### WORK ITEM
Scan the records below. Copy every line in which the word "BuildPart" appears.

---------- PROVIDED INFORMATION

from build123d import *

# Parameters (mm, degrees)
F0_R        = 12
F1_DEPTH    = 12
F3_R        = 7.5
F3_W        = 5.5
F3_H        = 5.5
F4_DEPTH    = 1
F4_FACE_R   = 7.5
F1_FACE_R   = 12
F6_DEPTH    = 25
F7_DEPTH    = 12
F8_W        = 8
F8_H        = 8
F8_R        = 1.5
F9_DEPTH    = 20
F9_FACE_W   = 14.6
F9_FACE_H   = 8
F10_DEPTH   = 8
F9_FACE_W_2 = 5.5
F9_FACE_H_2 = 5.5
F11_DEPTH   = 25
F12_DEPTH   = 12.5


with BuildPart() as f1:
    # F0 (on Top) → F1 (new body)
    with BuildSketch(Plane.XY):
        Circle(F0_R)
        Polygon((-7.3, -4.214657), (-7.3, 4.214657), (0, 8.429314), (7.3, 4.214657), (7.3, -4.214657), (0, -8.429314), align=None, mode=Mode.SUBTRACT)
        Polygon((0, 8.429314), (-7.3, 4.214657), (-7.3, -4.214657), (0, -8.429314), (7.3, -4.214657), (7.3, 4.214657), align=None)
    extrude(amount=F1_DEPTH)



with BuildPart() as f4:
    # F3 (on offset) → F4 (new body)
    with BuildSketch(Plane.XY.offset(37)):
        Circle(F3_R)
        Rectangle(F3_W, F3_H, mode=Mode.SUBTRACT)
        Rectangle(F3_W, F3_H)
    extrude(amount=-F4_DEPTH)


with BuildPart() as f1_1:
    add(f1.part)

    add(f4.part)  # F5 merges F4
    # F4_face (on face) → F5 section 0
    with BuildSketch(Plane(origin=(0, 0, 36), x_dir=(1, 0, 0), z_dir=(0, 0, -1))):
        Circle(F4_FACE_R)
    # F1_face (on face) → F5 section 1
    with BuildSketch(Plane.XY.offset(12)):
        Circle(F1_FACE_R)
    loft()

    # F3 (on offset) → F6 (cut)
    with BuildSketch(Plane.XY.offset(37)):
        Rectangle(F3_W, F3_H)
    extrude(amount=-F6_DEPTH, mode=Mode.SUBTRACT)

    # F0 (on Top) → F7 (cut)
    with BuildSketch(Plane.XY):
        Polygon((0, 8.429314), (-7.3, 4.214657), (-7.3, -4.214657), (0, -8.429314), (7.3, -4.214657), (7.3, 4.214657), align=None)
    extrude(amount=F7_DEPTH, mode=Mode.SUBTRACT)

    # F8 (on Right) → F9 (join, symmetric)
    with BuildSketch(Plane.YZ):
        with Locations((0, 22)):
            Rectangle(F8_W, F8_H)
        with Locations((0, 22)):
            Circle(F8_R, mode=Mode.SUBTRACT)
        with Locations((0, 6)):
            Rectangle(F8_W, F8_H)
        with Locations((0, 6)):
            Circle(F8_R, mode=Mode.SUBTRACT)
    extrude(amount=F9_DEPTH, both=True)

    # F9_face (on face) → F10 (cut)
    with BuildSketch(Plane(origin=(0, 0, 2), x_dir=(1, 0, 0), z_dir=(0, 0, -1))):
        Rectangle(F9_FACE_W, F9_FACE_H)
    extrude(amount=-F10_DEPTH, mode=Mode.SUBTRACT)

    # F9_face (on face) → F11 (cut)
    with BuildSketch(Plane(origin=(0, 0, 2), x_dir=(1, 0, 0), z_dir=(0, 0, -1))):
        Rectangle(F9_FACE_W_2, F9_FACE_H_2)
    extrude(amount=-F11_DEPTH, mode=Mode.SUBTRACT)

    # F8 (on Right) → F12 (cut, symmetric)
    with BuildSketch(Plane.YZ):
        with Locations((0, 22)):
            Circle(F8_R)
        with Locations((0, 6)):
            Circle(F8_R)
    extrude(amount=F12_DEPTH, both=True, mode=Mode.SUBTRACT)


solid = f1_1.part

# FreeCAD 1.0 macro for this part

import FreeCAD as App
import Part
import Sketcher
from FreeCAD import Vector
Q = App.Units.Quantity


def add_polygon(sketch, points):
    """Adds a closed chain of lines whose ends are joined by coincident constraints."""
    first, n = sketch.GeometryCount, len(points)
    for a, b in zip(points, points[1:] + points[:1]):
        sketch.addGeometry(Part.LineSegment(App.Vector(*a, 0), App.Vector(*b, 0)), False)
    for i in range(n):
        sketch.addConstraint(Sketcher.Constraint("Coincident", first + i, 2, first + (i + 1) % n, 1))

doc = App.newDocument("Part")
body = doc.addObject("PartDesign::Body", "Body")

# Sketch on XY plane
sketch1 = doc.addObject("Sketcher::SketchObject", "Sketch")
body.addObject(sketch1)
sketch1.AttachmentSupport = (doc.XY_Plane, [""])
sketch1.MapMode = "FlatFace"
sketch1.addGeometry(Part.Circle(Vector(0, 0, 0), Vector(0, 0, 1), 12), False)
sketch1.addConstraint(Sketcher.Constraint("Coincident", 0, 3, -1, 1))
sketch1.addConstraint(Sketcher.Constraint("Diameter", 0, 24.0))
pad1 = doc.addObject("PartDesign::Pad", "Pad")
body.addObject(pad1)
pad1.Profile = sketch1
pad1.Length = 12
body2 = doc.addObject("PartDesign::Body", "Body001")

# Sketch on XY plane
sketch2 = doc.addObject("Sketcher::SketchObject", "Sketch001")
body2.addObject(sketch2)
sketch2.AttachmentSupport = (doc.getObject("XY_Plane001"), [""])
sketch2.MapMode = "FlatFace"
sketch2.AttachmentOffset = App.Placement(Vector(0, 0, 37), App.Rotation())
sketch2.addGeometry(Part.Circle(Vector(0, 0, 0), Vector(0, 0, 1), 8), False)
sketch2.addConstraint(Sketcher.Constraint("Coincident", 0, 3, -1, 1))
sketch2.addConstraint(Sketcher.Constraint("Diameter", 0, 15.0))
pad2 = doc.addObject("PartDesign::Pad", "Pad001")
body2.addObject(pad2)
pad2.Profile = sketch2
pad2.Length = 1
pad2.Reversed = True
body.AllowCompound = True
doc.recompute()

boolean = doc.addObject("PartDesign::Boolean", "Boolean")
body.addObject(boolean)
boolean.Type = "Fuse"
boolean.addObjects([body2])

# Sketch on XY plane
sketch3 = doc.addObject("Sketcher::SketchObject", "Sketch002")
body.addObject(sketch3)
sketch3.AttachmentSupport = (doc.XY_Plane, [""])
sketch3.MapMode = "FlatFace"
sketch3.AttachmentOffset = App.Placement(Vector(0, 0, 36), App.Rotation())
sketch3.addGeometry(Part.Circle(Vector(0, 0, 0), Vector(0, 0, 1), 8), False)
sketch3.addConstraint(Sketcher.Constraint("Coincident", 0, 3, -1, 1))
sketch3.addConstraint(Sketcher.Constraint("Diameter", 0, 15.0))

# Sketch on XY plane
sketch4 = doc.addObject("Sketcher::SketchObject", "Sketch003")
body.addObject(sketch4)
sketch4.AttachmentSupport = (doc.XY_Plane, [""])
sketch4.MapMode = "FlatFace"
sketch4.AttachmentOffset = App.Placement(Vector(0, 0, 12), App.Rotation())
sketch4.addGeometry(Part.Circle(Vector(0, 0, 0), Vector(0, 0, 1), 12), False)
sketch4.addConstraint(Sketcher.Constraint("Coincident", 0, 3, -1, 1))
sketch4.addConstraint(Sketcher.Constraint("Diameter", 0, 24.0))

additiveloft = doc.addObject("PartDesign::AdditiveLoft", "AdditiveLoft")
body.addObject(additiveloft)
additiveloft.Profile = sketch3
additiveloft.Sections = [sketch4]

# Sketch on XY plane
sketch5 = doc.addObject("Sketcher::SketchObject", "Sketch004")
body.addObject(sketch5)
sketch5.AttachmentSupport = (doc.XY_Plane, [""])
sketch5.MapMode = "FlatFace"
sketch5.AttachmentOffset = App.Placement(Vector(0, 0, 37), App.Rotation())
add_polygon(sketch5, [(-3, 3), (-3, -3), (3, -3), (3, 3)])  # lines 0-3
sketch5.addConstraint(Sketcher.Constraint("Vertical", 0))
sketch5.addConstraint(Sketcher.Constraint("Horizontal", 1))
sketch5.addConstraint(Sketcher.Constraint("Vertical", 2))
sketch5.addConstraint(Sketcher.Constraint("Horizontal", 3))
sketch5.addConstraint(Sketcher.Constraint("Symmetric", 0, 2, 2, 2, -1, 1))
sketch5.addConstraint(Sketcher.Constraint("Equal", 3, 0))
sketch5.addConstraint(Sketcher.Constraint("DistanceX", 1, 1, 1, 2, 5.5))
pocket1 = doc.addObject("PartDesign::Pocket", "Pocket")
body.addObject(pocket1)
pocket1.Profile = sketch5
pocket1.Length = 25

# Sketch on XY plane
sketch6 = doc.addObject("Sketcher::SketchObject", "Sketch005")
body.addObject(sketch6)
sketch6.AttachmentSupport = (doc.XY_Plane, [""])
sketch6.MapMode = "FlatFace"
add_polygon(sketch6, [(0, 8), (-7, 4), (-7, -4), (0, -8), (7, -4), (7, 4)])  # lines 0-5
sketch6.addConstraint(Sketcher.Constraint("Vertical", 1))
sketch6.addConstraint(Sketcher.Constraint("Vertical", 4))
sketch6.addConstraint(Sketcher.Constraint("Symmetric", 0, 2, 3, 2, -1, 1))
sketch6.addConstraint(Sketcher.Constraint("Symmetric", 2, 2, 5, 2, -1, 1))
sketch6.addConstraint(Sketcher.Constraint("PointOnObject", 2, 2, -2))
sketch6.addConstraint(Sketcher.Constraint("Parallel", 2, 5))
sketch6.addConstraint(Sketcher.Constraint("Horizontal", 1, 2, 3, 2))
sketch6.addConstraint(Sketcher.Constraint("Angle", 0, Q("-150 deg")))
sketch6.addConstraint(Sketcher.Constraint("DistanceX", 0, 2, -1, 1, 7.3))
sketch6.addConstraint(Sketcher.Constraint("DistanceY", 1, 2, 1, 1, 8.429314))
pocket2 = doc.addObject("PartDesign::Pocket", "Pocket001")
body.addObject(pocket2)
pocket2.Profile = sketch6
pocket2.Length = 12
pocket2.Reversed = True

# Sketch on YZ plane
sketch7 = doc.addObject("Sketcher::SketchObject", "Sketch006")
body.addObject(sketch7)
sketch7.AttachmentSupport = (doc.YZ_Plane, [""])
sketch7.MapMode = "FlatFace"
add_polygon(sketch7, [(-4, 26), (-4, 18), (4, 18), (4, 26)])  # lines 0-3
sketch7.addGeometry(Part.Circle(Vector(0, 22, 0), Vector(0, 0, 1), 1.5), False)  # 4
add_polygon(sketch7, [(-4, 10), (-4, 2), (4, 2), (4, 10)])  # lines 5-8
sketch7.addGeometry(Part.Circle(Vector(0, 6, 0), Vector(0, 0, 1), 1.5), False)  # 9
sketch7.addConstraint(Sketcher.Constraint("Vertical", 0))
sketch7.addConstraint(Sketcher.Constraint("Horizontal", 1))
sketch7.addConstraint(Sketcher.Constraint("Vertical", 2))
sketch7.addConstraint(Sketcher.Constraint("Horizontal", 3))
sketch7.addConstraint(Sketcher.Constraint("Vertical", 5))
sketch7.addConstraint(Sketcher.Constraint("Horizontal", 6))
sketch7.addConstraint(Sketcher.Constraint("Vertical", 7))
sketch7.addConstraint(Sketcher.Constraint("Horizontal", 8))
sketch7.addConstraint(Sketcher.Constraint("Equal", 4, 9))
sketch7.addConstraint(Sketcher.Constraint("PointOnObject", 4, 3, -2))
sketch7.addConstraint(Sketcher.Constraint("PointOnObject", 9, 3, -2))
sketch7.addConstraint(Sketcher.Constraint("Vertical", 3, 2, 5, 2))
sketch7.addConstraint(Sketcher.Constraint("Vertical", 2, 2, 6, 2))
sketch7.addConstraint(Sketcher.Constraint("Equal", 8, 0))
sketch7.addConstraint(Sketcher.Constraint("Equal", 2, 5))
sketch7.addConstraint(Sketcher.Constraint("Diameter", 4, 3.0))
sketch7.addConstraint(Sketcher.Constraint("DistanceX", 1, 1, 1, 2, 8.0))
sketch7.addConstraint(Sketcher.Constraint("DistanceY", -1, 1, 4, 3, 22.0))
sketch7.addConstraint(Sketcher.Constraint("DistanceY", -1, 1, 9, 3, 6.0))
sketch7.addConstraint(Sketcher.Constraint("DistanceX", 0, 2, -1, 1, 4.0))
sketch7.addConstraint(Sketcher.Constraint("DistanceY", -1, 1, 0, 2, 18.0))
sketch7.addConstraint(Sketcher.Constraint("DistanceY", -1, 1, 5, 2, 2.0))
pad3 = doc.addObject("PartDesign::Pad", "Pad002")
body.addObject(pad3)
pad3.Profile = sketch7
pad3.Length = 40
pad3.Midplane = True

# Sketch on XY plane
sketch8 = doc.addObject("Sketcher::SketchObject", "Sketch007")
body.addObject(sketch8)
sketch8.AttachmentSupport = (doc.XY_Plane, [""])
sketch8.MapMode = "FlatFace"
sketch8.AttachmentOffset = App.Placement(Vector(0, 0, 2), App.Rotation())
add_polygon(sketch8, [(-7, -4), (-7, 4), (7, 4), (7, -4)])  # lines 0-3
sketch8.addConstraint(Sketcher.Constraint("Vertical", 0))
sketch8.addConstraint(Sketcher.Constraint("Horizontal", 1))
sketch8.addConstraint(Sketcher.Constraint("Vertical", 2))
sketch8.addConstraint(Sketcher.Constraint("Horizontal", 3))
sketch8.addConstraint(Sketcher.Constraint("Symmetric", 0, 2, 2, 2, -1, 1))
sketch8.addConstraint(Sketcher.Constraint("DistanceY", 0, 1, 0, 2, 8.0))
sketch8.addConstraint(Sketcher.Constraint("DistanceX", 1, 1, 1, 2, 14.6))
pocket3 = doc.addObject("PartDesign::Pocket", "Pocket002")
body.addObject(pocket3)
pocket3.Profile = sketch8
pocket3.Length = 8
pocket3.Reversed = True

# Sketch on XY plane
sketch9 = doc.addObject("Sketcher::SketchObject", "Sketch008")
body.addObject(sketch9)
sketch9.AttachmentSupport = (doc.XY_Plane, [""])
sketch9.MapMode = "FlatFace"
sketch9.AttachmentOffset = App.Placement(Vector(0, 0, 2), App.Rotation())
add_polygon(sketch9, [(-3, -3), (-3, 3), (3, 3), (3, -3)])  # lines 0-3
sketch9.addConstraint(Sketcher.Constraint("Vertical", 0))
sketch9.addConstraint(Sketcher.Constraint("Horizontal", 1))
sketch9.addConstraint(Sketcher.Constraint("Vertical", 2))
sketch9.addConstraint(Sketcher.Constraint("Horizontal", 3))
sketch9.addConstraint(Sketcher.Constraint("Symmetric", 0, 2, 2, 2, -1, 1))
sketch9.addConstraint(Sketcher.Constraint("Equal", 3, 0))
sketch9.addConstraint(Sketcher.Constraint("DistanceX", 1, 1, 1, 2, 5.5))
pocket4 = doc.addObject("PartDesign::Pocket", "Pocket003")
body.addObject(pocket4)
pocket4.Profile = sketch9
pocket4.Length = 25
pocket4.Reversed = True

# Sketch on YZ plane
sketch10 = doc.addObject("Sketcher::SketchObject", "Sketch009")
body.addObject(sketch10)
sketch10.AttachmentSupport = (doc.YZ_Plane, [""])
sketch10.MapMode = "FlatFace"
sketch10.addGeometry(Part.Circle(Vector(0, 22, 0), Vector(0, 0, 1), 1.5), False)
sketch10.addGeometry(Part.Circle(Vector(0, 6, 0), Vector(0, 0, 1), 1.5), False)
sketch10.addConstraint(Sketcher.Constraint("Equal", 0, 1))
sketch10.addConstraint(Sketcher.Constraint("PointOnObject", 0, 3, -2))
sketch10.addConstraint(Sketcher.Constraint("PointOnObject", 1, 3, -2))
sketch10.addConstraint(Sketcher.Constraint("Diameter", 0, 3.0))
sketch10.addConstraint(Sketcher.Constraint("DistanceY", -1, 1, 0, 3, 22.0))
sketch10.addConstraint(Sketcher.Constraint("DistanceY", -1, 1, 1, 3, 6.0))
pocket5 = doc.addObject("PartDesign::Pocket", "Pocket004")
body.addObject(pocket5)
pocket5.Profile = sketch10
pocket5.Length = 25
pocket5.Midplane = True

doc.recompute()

--------------------
---------- PROVIDED INFORMATION

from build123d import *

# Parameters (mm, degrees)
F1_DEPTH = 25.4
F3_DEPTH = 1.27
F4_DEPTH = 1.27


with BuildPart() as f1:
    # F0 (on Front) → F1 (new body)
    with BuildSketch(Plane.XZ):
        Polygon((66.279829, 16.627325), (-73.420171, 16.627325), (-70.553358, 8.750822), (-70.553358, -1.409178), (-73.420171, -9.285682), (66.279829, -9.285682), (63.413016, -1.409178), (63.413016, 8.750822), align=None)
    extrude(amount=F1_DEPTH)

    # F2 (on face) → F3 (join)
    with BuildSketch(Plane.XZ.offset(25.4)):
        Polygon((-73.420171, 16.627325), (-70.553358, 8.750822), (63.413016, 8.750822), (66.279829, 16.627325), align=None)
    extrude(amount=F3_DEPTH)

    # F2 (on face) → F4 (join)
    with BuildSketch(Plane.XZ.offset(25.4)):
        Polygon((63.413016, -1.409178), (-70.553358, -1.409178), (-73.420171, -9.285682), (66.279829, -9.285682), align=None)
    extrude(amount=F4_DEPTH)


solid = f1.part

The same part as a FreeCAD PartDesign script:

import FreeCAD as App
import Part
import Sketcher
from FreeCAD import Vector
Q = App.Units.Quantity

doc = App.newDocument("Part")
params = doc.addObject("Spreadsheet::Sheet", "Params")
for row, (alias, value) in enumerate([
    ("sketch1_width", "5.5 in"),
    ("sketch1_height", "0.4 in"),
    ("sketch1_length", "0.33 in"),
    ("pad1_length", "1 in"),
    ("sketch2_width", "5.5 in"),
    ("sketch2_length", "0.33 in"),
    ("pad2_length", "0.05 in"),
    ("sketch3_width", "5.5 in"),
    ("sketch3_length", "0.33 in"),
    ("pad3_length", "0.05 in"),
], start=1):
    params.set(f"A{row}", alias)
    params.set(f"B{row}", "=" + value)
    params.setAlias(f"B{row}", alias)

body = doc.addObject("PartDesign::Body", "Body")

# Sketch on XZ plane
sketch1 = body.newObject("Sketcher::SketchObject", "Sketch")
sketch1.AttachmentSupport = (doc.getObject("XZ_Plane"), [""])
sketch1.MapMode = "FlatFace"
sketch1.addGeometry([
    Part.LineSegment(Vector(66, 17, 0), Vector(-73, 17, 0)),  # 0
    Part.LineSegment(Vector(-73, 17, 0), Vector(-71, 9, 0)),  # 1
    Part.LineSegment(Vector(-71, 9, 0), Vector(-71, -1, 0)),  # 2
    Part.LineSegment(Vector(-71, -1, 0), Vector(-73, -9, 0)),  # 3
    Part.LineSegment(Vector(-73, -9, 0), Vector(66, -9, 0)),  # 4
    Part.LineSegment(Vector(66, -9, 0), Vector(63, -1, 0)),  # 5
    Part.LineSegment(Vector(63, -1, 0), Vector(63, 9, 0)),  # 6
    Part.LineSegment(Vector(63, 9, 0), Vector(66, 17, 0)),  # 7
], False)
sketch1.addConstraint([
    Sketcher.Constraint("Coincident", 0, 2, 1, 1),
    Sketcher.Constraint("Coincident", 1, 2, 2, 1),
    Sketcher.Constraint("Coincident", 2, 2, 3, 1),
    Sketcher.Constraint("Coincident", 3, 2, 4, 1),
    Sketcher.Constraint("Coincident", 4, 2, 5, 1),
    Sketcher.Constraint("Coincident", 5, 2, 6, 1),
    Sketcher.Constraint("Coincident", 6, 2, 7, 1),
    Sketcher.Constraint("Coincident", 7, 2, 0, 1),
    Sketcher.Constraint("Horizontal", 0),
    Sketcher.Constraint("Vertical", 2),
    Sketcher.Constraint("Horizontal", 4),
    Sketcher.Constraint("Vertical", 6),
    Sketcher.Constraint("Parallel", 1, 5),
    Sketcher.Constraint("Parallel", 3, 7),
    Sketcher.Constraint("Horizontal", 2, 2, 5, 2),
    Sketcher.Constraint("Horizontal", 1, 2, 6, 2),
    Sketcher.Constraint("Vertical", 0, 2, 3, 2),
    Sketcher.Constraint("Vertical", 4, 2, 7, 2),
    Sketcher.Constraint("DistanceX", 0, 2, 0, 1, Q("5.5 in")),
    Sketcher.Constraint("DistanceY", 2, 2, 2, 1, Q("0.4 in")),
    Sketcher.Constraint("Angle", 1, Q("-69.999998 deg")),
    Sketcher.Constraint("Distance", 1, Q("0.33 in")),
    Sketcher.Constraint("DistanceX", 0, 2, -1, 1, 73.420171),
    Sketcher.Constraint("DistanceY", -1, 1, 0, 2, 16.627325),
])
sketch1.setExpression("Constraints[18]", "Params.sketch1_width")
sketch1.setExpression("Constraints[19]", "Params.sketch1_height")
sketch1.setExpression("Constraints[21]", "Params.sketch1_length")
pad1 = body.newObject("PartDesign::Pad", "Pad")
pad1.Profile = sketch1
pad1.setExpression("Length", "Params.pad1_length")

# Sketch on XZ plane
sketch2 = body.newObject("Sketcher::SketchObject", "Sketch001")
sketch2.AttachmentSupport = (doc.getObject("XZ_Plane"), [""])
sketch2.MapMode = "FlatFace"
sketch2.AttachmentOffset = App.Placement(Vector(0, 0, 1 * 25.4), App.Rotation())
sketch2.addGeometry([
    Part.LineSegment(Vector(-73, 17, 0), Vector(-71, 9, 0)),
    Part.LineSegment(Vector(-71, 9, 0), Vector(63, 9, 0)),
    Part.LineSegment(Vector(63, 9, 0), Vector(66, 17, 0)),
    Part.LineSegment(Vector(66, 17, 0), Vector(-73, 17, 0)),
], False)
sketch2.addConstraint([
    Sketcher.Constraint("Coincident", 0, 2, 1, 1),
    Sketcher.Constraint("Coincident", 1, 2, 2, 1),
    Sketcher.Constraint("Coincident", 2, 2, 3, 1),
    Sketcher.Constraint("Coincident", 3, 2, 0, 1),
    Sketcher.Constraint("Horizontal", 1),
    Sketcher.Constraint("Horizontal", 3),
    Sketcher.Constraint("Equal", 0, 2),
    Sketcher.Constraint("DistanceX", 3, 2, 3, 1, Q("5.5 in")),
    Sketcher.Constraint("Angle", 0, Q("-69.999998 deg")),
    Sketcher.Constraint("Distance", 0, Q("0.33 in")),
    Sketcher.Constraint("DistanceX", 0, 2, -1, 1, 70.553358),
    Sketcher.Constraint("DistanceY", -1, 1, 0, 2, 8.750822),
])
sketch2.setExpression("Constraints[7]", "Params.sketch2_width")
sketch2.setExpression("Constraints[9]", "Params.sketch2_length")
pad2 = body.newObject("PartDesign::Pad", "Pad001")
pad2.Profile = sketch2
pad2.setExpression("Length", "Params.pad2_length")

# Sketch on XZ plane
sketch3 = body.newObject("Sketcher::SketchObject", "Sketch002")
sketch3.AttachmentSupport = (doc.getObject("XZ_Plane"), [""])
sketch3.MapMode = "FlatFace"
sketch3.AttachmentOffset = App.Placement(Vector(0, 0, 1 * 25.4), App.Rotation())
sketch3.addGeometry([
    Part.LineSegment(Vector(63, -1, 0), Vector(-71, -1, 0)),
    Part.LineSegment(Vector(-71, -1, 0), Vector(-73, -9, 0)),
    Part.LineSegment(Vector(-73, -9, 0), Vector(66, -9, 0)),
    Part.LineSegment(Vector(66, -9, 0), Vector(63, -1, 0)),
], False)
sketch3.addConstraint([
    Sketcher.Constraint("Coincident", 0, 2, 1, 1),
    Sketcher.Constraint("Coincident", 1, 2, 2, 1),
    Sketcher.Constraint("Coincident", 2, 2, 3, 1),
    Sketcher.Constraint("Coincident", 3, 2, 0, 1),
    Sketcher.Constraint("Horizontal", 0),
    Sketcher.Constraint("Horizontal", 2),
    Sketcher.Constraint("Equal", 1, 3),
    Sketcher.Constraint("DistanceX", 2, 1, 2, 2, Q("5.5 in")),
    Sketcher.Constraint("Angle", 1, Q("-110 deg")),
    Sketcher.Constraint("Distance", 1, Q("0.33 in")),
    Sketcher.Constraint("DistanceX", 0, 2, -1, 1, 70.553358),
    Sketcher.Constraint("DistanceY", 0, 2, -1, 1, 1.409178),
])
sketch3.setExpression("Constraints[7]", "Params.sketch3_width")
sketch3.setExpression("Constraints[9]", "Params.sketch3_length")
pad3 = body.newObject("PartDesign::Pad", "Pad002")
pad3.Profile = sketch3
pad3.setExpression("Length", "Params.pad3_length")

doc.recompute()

--------------------

### EXERCISE OUTPUT
with BuildPart() as f1:
with BuildPart() as f4:
with BuildPart() as f1_1:
with BuildPart() as f1:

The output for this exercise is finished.